WHAT IS BEING ASKED: Copy verbatim the material from its first line to the line that holds "# 草图3 → Sensor_fixed_posts (add)", including that line.

EXCERPTED RECORDS:
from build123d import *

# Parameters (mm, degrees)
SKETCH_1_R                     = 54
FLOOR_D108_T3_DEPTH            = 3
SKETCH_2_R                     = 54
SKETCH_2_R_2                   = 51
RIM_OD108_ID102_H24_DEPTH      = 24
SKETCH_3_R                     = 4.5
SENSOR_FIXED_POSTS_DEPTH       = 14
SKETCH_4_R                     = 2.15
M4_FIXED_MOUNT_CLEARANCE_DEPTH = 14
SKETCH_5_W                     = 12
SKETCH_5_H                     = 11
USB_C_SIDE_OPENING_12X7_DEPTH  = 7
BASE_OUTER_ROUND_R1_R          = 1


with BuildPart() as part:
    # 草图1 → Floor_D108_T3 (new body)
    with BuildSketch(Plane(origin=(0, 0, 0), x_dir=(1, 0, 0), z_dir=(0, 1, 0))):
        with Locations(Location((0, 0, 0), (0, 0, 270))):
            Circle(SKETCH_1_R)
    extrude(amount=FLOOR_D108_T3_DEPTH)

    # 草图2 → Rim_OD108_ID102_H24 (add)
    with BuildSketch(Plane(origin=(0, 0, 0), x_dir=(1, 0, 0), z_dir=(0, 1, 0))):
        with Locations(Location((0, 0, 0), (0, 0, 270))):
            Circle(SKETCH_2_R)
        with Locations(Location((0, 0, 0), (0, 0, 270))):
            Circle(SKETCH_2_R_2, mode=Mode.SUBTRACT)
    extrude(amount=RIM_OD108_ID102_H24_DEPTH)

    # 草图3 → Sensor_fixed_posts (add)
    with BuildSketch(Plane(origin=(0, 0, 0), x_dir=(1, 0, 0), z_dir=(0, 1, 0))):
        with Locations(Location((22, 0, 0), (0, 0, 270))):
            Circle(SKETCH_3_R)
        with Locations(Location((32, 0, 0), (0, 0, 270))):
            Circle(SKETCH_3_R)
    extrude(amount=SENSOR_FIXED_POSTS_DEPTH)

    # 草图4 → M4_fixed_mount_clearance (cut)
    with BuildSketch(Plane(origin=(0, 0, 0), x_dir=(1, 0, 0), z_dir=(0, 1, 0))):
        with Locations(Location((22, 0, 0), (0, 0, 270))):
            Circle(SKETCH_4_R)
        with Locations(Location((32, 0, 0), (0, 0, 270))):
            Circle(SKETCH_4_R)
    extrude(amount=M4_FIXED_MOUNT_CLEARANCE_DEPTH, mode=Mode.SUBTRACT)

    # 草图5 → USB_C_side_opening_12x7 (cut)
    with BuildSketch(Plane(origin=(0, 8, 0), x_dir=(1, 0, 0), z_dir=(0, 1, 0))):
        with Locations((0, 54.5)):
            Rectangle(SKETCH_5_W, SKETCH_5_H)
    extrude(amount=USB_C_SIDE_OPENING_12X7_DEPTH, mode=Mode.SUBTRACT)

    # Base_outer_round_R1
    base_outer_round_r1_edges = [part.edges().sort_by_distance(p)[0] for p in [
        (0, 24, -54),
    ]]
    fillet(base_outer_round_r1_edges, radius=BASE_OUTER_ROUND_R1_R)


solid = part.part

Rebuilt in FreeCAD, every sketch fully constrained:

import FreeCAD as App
import Part
import Sketcher
from FreeCAD import Vector


def edges_at(feature, points):
    """Names of the edges that pass closest to the given points."""
    edges = feature.Shape.Edges
    near = lambda p: min(range(len(edges)), key=lambda i: edges[i].distToShape(Part.Vertex(*p))[0])
    return sorted({f"Edge{near(p) + 1}" for p in points})


def add_polygon(sketch, points):
    """Adds a closed chain of lines whose ends are joined by coincident constraints."""
    first, n = sketch.GeometryCount, len(points)
    for a, b in zip(points, points[1:] + points[:1]):
        sketch.addGeometry(Part.LineSegment(App.Vector(*a, 0), App.Vector(*b, 0)), False)
    for i in range(n):
        sketch.addConstraint(Sketcher.Constraint("Coincident", first + i, 2, first + (i + 1) % n, 1))

doc = App.newDocument("Part")
body = doc.addObject("PartDesign::Body", "Body")

# Sketch on XZ plane
sketch1 = doc.addObject("Sketcher::SketchObject", "Sketch")
body.addObject(sketch1)
sketch1.AttachmentSupport = (doc.XZ_Plane, [""])
sketch1.MapMode = "FlatFace"
sketch1.addGeometry(Part.Circle(Vector(0, 0, 0), Vector(0, 0, 1), 54), False)
sketch1.addConstraint([
    Sketcher.Constraint("Coincident", 0, 3, -1, 1),
    Sketcher.Constraint("Diameter", 0, 108.0),
])
pad1 = doc.addObject("PartDesign::Pad", "Pad")
body.addObject(pad1)
pad1.Profile = sketch1
pad1.Length = 3
pad1.Reversed = True

# Sketch on XZ plane
sketch2 = doc.addObject("Sketcher::SketchObject", "Sketch001")
body.addObject(sketch2)
sketch2.AttachmentSupport = (doc.XZ_Plane, [""])
sketch2.MapMode = "FlatFace"
sketch2.addGeometry([
    Part.Circle(Vector(0, 0, 0), Vector(0, 0, 1), 54),
    Part.Circle(Vector(0, 0, 0), Vector(0, 0, 1), 51),
], False)
sketch2.addConstraint([
    Sketcher.Constraint("Coincident", 0, 3, -1, 1),
    Sketcher.Constraint("Coincident", 1, 3, -1, 1),
    Sketcher.Constraint("Diameter", 0, 108.0),
    Sketcher.Constraint("Diameter", 1, 102.0),
])
pad2 = doc.addObject("PartDesign::Pad", "Pad001")
body.addObject(pad2)
pad2.Profile = sketch2
pad2.Length = 24
pad2.Reversed = True

# Sketch on XZ plane
sketch3 = doc.addObject("Sketcher::SketchObject", "Sketch002")
body.addObject(sketch3)
sketch3.AttachmentSupport = (doc.XZ_Plane, [""])
sketch3.MapMode = "FlatFace"
sketch3.addGeometry([
    Part.Circle(Vector(22, 0, 0), Vector(0, 0, 1), 4.5),
    Part.Circle(Vector(32, 0, 0), Vector(0, 0, 1), 4.5),
], False)
sketch3.addConstraint([
    Sketcher.Constraint("Equal", 0, 1),
    Sketcher.Constraint("PointOnObject", 0, 3, -1),
    Sketcher.Constraint("PointOnObject", 1, 3, -1),
    Sketcher.Constraint("Diameter", 0, 9.0),
    Sketcher.Constraint("DistanceX", -1, 1, 0, 3, 22.0),
    Sketcher.Constraint("DistanceX", -1, 1, 1, 3, 32.0),
])
pad3 = doc.addObject("PartDesign::Pad", "Pad002")
body.addObject(pad3)
pad3.Profile = sketch3
pad3.Length = 14
pad3.Reversed = True

# Sketch on XZ plane
sketch4 = doc.addObject("Sketcher::SketchObject", "Sketch003")
body.addObject(sketch4)
sketch4.AttachmentSupport = (doc.XZ_Plane, [""])
sketch4.MapMode = "FlatFace"
sketch4.addGeometry([
    Part.Circle(Vector(22, 0, 0), Vector(0, 0, 1), 2.1),
    Part.Circle(Vector(32, 0, 0), Vector(0, 0, 1), 2.1),
], False)
sketch4.addConstraint([
    Sketcher.Constraint("Equal", 0, 1),
    Sketcher.Constraint("PointOnObject", 0, 3, -1),
    Sketcher.Constraint("PointOnObject", 1, 3, -1),
    Sketcher.Constraint("Diameter", 0, 4.3),
    Sketcher.Constraint("DistanceX", -1, 1, 0, 3, 22.0),
    Sketcher.Constraint("DistanceX", -1, 1, 1, 3, 32.0),
])
pocket1 = doc.addObject("PartDesign::Pocket", "Pocket")
body.addObject(pocket1)
pocket1.Profile = sketch4
pocket1.Length = 14

# Sketch on XZ plane
sketch5 = doc.addObject("Sketcher::SketchObject", "Sketch004")
body.addObject(sketch5)
sketch5.AttachmentSupport = (doc.XZ_Plane, [""])
sketch5.MapMode = "FlatFace"
sketch5.AttachmentOffset = App.Placement(Vector(0, 0, -8), App.Rotation())
add_polygon(sketch5, [(-6, -60), (-6, -49), (6, -49), (6, -60)])  # lines 0-3
sketch5.addConstraint([
    Sketcher.Constraint("Vertical", 0),
    Sketcher.Constraint("Horizontal", 1),
    Sketcher.Constraint("Vertical", 2),
    Sketcher.Constraint("Horizontal", 3),
    Sketcher.Constraint("DistanceX", 1, 1, 1, 2, 12.0),
    Sketcher.Constraint("DistanceY", 0, 1, 0, 2, 11.0),
    Sketcher.Constraint("DistanceX", 0, 2, -1, 1, 6.0),
    Sketcher.Constraint("DistanceY", 0, 2, -1, 1, 49.0),
])
pocket2 = doc.addObject("PartDesign::Pocket", "Pocket001")
body.addObject(pocket2)
pocket2.Profile = sketch5
pocket2.Length = 7
doc.recompute()

fillet = doc.addObject("PartDesign::Fillet", "Fillet")
body.addObject(fillet)
fillet.Base = (pocket2, edges_at(pocket2, [(0, 24, -54)]))
fillet.Radius = 1

doc.recompute()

OUTPUT FOR THIS EXERCISE:
from build123d import *

# Parameters (mm, degrees)
SKETCH_1_R                     = 54
FLOOR_D108_T3_DEPTH            = 3
SKETCH_2_R                     = 54
SKETCH_2_R_2                   = 51
RIM_OD108_ID102_H24_DEPTH      = 24
SKETCH_3_R                     = 4.5
SENSOR_FIXED_POSTS_DEPTH       = 14
SKETCH_4_R                     = 2.15
M4_FIXED_MOUNT_CLEARANCE_DEPTH = 14
SKETCH_5_W                     = 12
SKETCH_5_H                     = 11
USB_C_SIDE_OPENING_12X7_DEPTH  = 7
BASE_OUTER_ROUND_R1_R          = 1


with BuildPart() as part:
    # 草图1 → Floor_D108_T3 (new body)
    with BuildSketch(Plane(origin=(0, 0, 0), x_dir=(1, 0, 0), z_dir=(0, 1, 0))):
        with Locations(Location((0, 0, 0), (0, 0, 270))):
            Circle(SKETCH_1_R)
    extrude(amount=FLOOR_D108_T3_DEPTH)

    # 草图2 → Rim_OD108_ID102_H24 (add)
    with BuildSketch(Plane(origin=(0, 0, 0), x_dir=(1, 0, 0), z_dir=(0, 1, 0))):
        with Locations(Location((0, 0, 0), (0, 0, 270))):
            Circle(SKETCH_2_R)
        with Locations(Location((0, 0, 0), (0, 0, 270))):
            Circle(SKETCH_2_R_2, mode=Mode.SUBTRACT)
    extrude(amount=RIM_OD108_ID102_H24_DEPTH)

    # 草图3 → Sensor_fixed_posts (add)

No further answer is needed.